In contrast, Brown noted IBM's concise approach to Java as a programming tool and facilitator for products that unify the myriad of software projects at the sprawling computing company.

"Internally, Sun's various software efforts were extremely poorly organized," Brown said. "This was a great step forward."

While the move may go a long way toward unifying the company's approach to software and Java, it will do little to quell continuing concerns from allies and foes regarding the company's stewardship of the language.

But within Sun, the reorganization could give the company a boost. Sun executives have long chirped about the doors that Java has opened for them in corporate America.

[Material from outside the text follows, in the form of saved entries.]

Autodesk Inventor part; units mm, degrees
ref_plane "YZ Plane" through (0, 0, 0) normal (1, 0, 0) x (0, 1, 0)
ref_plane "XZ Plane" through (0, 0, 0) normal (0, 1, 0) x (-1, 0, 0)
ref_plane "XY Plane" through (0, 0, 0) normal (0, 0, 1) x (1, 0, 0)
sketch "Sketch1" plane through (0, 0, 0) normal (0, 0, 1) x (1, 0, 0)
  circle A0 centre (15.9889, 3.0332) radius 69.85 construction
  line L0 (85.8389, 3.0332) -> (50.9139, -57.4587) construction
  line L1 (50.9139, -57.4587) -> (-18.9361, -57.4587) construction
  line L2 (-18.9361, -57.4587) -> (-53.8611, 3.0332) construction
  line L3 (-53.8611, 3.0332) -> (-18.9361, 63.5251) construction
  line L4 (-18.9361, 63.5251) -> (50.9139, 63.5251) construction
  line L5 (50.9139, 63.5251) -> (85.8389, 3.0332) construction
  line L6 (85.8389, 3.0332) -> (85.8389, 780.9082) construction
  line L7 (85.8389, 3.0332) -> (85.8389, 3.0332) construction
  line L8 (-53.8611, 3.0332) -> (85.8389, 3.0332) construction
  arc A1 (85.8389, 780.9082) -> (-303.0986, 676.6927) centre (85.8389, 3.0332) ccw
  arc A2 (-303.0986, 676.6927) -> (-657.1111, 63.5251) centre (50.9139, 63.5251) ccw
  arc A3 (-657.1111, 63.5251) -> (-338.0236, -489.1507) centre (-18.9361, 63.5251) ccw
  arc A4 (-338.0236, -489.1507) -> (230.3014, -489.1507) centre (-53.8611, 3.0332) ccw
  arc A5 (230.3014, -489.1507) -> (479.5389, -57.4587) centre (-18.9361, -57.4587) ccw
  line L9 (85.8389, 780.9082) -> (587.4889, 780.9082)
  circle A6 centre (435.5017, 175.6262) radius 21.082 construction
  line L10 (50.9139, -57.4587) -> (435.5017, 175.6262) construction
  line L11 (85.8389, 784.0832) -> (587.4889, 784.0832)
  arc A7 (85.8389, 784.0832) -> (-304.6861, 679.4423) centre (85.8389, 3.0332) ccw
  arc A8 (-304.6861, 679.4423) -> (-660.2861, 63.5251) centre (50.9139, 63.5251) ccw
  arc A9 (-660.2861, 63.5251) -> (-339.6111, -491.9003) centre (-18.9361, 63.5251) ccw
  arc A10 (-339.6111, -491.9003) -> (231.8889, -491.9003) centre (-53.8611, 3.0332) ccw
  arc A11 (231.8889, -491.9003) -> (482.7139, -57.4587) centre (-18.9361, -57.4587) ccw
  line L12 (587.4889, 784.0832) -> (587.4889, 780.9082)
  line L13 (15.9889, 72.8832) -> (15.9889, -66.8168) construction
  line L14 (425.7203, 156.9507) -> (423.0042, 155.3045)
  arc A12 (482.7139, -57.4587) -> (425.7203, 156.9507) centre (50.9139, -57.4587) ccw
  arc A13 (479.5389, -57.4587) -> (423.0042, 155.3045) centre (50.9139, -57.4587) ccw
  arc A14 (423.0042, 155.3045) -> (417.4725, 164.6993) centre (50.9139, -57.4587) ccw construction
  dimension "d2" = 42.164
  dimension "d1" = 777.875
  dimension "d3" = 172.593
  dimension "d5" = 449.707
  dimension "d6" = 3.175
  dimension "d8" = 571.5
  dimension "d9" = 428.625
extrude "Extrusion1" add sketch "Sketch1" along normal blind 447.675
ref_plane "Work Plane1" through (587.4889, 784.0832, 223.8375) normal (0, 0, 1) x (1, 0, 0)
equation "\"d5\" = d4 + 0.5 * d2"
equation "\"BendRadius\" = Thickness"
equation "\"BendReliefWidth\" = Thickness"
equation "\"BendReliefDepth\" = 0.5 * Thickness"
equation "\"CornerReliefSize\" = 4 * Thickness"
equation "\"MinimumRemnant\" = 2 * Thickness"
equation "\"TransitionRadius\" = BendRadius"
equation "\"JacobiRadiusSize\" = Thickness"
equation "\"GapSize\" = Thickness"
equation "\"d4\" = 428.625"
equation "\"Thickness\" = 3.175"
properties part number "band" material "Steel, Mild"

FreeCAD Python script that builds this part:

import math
import FreeCAD as App
import Part
import Sketcher
from FreeCAD import Vector
Q = App.Units.Quantity

doc = App.newDocument("Part")
body = doc.addObject("PartDesign::Body", "Body")

sketch1 = body.newObject("Sketcher::SketchObject", "Sketch")
sketch1.AttachmentSupport = (doc.getObject("XY_Plane"), [""])
sketch1.MapMode = "FlatFace"
sketch1.addGeometry([
    Part.ArcOfCircle(Part.Circle(Vector(85.8, 3, 0), Vector(0, 0, 1), 777.9), math.radians(90), math.radians(120)),
    Part.LineSegment(Vector(85.8, 780.9, 0), Vector(587.5, 780.9, 0)),
    Part.LineSegment(Vector(587.5, 780.9, 0), Vector(587.5, 784.1, 0)),
    Part.LineSegment(Vector(587.5, 784.1, 0), Vector(85.8, 784.1, 0)),
    Part.ArcOfCircle(Part.Circle(Vector(85.8, 3, 0), Vector(0, 0, 1), 781.1), math.radians(90), math.radians(120)),
    Part.ArcOfCircle(Part.Circle(Vector(50.9, 63.5, 0), Vector(0, 0, 1), 711.2), math.radians(120), math.radians(180)),
    Part.ArcOfCircle(Part.Circle(Vector(-18.9, 63.5, 0), Vector(0, 0, 1), 641.4), math.radians(180), math.radians(240)),
    Part.ArcOfCircle(Part.Circle(Vector(-53.9, 3, 0), Vector(0, 0, 1), 571.5), math.radians(-120), math.radians(-60)),
    Part.ArcOfCircle(Part.Circle(Vector(-18.9, -57.5, 0), Vector(0, 0, 1), 501.6), math.radians(-60), math.radians(0)),
    Part.ArcOfCircle(Part.Circle(Vector(50.9, -57.5, 0), Vector(0, 0, 1), 431.8), math.radians(0), math.radians(30)),
    Part.LineSegment(Vector(425.7, 157, 0), Vector(423, 155.3, 0)),
    Part.ArcOfCircle(Part.Circle(Vector(50.9, -57.5, 0), Vector(0, 0, 1), 428.6), math.radians(0), math.radians(30)),
    Part.ArcOfCircle(Part.Circle(Vector(-18.9, -57.5, 0), Vector(0, 0, 1), 498.5), math.radians(-60), math.radians(0)),
    Part.ArcOfCircle(Part.Circle(Vector(-53.9, 3, 0), Vector(0, 0, 1), 568.3), math.radians(-120), math.radians(-60)),
    Part.ArcOfCircle(Part.Circle(Vector(-18.9, 63.5, 0), Vector(0, 0, 1), 638.2), math.radians(180), math.radians(240)),
    Part.ArcOfCircle(Part.Circle(Vector(50.9, 63.5, 0), Vector(0, 0, 1), 708), math.radians(120), math.radians(180)),
], False)
sketch1.addConstraint([
    Sketcher.Constraint("Tangent", 0, 1, 1, 1),
    Sketcher.Constraint("Coincident", 1, 2, 2, 1),
    Sketcher.Constraint("Coincident", 2, 2, 3, 1),
    Sketcher.Constraint("Tangent", 3, 2, 4, 1),
    Sketcher.Constraint("Tangent", 4, 2, 5, 1),
    Sketcher.Constraint("Tangent", 5, 2, 6, 1),
    Sketcher.Constraint("Tangent", 6, 2, 7, 1),
    Sketcher.Constraint("Tangent", 7, 2, 8, 1),
    Sketcher.Constraint("Tangent", 8, 2, 9, 1),
    Sketcher.Constraint("Coincident", 9, 2, 10, 1),
    Sketcher.Constraint("Coincident", 10, 2, 11, 2),
    Sketcher.Constraint("Tangent", 11, 1, 12, 2),
    Sketcher.Constraint("Tangent", 12, 1, 13, 2),
    Sketcher.Constraint("Tangent", 13, 1, 14, 2),
    Sketcher.Constraint("Tangent", 14, 1, 15, 2),
    Sketcher.Constraint("Tangent", 15, 1, 0, 2),
    Sketcher.Constraint("Horizontal", 1),
    Sketcher.Constraint("Vertical", 2),
    Sketcher.Constraint("Horizontal", 3),
    Sketcher.Constraint("Coincident", 4, 3, 0, 3),
    Sketcher.Constraint("Coincident", 11, 3, 9, 3),
    Sketcher.Constraint("Coincident", 12, 3, 8, 3),
    Sketcher.Constraint("Coincident", 13, 3, 7, 3),
    Sketcher.Constraint("Coincident", 14, 3, 6, 3),
    Sketcher.Constraint("Coincident", 15, 3, 5, 3),
    Sketcher.Constraint("Horizontal", 5, 3, 6, 3),
    Sketcher.Constraint("Horizontal", 4, 3, 7, 3),
    Sketcher.Constraint("Horizontal", 8, 3, 9, 3),
    Sketcher.Constraint("Horizontal", 6, 2, 7, 2),
    Sketcher.Constraint("Vertical", 6, 3, 8, 3),
    Sketcher.Constraint("Vertical", 5, 3, 9, 3),
    Sketcher.Constraint("Radius", 7, Q("22.5 in")),
    Sketcher.Constraint("Radius", 0, Q("30.625 in")),
    Sketcher.Constraint("Radius", 5, Q("28 in")),
    Sketcher.Constraint("Radius", 11, Q("16.875 in")),
    Sketcher.Constraint("Radius", 6, Q("25.25 in")),
    Sketcher.Constraint("DistanceX", 4, 2, 5, 3, Q("14 in")),
    Sketcher.Constraint("DistanceX", 1, 1, 1, 2, Q("19.75 in")),
    Sketcher.Constraint("Angle", 10, Q("-148.7804 deg")),
    Sketcher.Constraint("DistanceY", -1, 1, 5, 3, Q("2.501 in")),
    Sketcher.Constraint("DistanceX", -1, 1, 10, 2, Q("16.6537 in")),
    Sketcher.Constraint("DistanceX", -1, 1, 0, 3, Q("3.3794882 in")),
])
pad1 = body.newObject("PartDesign::Pad", "Pad")
pad1.Profile = sketch1
pad1.Length = Q("17.625 in")

doc.recompute()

"Having a JavaSoft division implied that if you wanted to talk about Java you went to that division," said Ron Rappaport, an industry analyst with Zona Research. "One of the incentives here that Sun understood is that it can now put its name across all of its products."

"If you looked at Sun a few years ago, you saw Sun Microsystems and its various planets, with the understanding that they would all feed their profits to the mothership. What Sun has effectively done is put in a chain of command," Rappaport noted.

"I think having a more focused leadership and having an umbrella over its planets will allow Sun to offer a more consolidated vision," Rappaport said.

Sun executives could not be reached for comment on the reorganization.

Though Sun continues to bask in the spoils of financial success, there have been increasing rumblings within the firm that revenue related to Java may not be pulling its weight. By having an executive overseeing all of the company's software efforts, Sun may be able to offer a more coherent story that could translate into wider adoption.

"It will go a long way toward Sun being fairly judged for its products," Forrester's Brown said. "At least now Sun will get their products graded fairly. They get to compete."